Men are very hardy and relentless, and they are quite strong in both mind and body.
Elves have gone through a crapload of grief, and have yet endured. Go Elves!


----------



## Strider97 (Mar 21, 2002)

And none would have lived in peace and prosperity without the courage and fortitude of our dear furry little halflings. Master Hoblyta- Hobbits of course- Simple people simple courage; like the power of the earth slow, steady and dependable.


----------



## zeuqirne (Mar 21, 2002)

*ELVES*


----------



## Durin of moria (Mar 22, 2002)

oh come on people 
the ents 
they don't have any chicks
could you guys think about what that would be like


----------



## Lady_of_Gondor (Mar 22, 2002)

Men, for the same reasons ssgrif posted. I was thinking that, but he/she articulated it before me.


----------



## Grond (Mar 22, 2002)

This thread has been relocated to Bag End as it does not have direct pertinence to the LotRs. 

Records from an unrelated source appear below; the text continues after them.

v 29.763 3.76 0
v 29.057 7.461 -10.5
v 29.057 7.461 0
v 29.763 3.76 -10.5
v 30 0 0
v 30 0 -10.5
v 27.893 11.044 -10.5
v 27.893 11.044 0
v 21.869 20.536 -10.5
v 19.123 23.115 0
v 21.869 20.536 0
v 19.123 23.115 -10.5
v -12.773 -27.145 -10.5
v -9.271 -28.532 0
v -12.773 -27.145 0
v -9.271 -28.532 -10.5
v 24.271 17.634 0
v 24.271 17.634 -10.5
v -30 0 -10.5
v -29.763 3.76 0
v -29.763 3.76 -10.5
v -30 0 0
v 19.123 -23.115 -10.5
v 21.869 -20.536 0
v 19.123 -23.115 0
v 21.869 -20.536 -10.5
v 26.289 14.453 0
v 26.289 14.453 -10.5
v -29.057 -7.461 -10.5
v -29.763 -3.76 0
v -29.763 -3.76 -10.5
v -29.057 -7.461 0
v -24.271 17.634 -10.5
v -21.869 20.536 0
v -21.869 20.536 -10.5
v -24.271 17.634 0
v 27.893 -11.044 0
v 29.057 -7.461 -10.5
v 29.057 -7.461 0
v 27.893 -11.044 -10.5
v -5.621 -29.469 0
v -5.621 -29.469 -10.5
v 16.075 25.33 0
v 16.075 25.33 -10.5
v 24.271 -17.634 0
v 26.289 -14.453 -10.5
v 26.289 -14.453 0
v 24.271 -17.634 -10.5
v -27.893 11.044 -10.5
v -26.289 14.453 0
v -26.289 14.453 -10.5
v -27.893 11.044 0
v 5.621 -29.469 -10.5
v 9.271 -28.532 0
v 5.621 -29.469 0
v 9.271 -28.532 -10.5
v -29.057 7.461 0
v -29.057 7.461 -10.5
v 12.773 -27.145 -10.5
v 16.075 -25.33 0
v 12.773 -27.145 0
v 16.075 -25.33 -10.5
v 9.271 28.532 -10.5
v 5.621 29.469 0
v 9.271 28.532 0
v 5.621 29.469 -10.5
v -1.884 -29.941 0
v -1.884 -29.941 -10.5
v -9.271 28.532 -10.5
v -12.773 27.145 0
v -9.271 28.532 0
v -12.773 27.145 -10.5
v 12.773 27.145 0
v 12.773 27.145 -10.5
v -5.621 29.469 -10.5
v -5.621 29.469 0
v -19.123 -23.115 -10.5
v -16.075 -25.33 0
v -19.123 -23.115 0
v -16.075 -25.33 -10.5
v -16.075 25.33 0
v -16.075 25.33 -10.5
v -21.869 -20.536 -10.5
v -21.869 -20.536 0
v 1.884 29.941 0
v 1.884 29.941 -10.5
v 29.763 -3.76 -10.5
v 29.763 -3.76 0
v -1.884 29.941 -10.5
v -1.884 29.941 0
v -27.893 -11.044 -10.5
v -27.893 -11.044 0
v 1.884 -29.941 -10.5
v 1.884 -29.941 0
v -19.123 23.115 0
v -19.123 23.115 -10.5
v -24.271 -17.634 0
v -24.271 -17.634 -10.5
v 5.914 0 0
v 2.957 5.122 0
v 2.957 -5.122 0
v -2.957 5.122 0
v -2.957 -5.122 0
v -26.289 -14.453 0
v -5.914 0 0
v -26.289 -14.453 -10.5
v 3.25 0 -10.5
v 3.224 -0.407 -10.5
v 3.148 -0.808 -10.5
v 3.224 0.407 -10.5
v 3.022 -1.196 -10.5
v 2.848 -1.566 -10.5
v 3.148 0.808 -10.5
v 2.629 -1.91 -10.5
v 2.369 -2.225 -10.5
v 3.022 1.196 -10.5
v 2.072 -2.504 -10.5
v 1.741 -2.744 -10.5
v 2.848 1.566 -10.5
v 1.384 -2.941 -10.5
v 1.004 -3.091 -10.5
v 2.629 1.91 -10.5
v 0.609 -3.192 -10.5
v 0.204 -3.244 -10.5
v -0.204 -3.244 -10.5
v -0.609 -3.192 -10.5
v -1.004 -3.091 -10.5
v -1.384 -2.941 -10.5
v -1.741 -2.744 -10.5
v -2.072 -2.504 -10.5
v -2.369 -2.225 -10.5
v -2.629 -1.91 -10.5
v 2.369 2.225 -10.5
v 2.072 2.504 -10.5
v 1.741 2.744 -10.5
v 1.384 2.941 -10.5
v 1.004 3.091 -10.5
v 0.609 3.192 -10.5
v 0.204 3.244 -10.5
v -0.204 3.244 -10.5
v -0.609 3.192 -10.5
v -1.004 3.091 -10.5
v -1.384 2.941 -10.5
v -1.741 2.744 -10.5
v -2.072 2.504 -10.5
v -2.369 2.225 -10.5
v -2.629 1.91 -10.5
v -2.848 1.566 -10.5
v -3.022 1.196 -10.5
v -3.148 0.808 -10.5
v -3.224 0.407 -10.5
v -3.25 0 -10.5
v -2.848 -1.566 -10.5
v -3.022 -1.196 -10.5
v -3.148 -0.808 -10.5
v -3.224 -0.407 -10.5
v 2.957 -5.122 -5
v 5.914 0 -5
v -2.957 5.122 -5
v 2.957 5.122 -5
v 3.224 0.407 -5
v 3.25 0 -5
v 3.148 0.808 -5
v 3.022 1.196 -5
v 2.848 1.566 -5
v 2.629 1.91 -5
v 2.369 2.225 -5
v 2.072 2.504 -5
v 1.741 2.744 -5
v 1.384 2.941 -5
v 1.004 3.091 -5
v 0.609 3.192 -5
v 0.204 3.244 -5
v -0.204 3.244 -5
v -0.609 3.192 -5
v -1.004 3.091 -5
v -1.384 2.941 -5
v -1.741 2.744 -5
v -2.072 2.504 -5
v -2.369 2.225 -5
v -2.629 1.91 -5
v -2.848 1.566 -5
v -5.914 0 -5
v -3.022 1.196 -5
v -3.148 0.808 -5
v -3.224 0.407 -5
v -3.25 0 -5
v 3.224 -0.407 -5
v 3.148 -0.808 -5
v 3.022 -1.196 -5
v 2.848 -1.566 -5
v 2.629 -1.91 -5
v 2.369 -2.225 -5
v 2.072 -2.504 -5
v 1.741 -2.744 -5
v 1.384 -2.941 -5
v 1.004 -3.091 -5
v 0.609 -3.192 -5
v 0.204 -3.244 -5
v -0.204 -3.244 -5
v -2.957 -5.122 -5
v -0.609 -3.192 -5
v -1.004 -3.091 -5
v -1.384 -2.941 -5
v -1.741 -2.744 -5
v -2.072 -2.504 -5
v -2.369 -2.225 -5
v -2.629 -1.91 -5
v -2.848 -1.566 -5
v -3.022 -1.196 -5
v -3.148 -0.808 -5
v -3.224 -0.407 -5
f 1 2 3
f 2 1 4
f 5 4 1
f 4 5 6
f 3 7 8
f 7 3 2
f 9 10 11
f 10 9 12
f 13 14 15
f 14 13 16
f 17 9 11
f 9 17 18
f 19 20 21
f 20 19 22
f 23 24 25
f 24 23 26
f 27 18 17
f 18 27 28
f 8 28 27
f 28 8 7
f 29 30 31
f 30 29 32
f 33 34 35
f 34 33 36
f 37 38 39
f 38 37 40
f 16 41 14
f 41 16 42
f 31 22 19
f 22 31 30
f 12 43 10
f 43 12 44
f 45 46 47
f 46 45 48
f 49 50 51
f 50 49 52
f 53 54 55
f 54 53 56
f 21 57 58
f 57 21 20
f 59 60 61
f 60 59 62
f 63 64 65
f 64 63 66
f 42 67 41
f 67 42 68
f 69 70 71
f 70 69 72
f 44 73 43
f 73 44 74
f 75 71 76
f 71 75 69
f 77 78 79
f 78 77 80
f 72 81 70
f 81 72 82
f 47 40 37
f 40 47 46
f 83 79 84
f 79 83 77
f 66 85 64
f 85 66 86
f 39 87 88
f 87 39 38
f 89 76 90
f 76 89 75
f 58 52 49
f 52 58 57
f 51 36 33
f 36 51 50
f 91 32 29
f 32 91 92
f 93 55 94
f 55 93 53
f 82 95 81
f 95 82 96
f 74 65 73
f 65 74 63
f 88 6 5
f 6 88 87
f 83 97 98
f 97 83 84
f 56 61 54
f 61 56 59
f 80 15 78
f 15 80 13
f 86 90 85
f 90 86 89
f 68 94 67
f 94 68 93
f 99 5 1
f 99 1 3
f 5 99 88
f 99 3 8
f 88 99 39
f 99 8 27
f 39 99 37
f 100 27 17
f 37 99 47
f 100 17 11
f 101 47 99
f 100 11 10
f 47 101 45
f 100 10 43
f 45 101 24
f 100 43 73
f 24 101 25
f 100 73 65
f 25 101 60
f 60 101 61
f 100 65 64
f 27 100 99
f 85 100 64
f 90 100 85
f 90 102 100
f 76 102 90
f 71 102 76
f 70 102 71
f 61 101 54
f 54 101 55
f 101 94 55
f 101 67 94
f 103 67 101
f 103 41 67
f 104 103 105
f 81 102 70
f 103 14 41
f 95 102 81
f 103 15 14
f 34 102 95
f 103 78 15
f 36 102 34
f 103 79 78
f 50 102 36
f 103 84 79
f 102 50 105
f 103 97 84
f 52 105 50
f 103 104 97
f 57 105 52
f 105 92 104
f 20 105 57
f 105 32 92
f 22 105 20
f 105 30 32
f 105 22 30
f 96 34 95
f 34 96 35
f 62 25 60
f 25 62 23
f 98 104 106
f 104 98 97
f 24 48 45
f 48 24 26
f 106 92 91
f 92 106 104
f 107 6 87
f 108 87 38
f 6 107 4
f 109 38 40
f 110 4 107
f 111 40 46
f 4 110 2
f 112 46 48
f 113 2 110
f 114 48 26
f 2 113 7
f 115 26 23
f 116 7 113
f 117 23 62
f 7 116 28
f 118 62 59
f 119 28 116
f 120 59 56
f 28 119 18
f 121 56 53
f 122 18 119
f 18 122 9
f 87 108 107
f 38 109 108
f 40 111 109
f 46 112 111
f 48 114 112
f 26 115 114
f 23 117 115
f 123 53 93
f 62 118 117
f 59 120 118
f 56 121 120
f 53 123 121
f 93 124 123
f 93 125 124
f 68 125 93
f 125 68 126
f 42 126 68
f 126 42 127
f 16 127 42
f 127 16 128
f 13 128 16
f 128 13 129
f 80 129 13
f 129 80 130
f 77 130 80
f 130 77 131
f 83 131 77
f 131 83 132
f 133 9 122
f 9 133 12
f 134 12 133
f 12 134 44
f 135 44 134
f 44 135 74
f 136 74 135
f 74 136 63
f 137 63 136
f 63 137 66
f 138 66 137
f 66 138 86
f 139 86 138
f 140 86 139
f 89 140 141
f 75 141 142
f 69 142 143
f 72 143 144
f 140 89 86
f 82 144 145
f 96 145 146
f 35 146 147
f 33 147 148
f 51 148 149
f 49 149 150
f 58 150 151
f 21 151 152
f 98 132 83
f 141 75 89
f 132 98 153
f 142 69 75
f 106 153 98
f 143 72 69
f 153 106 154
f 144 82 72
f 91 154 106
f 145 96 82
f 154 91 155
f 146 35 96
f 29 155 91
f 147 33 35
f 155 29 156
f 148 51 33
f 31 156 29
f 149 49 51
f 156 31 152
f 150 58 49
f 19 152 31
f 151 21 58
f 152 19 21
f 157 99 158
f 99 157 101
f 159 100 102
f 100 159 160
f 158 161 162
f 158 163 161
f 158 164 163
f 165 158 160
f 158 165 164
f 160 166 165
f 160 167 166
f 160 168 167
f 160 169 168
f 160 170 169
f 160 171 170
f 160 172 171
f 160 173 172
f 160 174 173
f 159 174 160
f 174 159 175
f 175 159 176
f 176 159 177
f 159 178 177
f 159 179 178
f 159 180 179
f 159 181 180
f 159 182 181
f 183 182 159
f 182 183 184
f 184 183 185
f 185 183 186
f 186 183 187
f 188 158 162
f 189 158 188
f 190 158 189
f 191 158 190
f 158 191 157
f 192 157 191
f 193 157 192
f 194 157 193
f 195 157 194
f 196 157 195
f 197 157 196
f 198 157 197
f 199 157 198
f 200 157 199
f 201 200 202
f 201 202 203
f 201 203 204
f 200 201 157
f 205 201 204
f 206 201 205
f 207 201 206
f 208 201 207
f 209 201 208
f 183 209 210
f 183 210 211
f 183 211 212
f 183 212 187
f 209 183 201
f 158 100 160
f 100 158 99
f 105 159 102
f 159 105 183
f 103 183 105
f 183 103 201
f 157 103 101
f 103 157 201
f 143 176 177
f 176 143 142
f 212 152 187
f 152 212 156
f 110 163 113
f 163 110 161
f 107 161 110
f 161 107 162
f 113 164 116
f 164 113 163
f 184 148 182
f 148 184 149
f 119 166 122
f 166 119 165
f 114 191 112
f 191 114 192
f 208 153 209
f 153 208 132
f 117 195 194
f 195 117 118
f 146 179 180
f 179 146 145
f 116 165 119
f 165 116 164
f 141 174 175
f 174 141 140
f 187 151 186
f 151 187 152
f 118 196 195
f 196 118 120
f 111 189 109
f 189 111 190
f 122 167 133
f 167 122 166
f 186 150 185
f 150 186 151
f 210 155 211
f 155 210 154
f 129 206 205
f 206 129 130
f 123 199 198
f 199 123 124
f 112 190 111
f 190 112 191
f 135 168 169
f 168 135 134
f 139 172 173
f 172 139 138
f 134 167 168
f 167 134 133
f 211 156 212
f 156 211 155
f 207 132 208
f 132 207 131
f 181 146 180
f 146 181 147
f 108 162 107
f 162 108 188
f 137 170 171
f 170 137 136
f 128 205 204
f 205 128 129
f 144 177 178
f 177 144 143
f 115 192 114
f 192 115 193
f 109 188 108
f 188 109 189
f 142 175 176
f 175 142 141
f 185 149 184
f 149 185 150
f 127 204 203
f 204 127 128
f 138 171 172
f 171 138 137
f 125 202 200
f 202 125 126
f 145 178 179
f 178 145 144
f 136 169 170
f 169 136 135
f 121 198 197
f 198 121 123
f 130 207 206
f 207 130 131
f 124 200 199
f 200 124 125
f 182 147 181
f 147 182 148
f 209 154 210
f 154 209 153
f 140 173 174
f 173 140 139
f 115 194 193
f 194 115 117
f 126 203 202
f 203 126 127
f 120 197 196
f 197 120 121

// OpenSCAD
$fn = 50;


difference() {
	union() {
		translate(v = [0, 0, -10.5000000000]) {
			cylinder(h = 10.5000000000, r = 30.0000000000);
		}
		#translate(v = [0, 0, -12.0000000000]) {
			cylinder(h = 12, r = 2.8750000000);
		}
	}
	union() {
		translate(v = [0, 0, 0]) {
			rotate(a = [0, 0, 0]) {
				difference() {
					union() {
						translate(v = [0, 0, -5]) {
							linear_extrude(height = 5) {
								polygon(points = [[5.9142500000, 0.0000000000], [2.9571250000, 5.1218907443], [-2.9571250000, 5.1218907443], [-5.9142500000, 0.0000000000], [-2.9571250000, -5.1218907443], [2.9571250000, -5.1218907443]]);
							}
						}
					}
					union();
				}
			}
		}
		#translate(v = [0, 0, -100.0000000000]) {
			cylinder(h = 200, r = 3.2500000000);
		}
	}
}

By the way, the best race in ME was Man of course. They were the easiest to motivate to loyalty, honour and goodness and the easiest to tempt to betray their loyalty, honour and goodness. 

And as my Mama always used to say, "the proof is in the pudding." Where are the Elves? Gone! Where are Hobbits? Gone! Where are the Dwarves? Gone! Where is Man? Still here! I rest my case.


----------



## Halandor (Mar 26, 2002)

Elves, no question. without them, all men would have been seduced by Melkor and/or Sauron, plus they just kick everyones ass!


----------



## EverEve (Mar 26, 2002)

GO ELVES!!!!!! Of course, hobbits pretty much saved ME, but they are always happy. But once you get them into something, they usually see ti through to the end. Elves have loads and loads of grief, and they still manage to fight for ME............SO GO ELVES ANd HOBBITS!!!! These two, IMHO, are the most heroic races.


----------



## Khamul (Mar 27, 2002)

I would have to say man. Being heroic is for both good and evil. Even the evil men had a great part in what happened in ME. Elves have never really flipped my boat, so I wouldnt vote for them anyways.


----------



## tom_bombadil (Apr 6, 2002)

you people are forgetting something all races had a part in the downfall of sauron and they all had very important ones. The ents destroyed isengrad which prevented saruman from getting any more involved. A hobbit destroyed the ring. A wizard defeated a barlog. A dwarf served greatly and killed many orcs and other orrid little creatures. Bombadill one of the valar helped save frodo the ring bearer from certain death in the barrow downs and merry and pippin from old man willow. Plus Elrond and many other elves fought in the last alliance. and of cource men served greatly they fought at the gate of mordor they killed smaug and they did their damdest in all the fights. All races are equally good!


----------



## Sam_Gamgee (Apr 7, 2002)

Elves were very valient but hobbits destroyed the ring (gollum is related to hobbits) and they endured its burden.


----------



## Zale (Apr 15, 2002)

My first thought would be to say Elves, but if we are talking about the 3rd Age, it would have to be Men.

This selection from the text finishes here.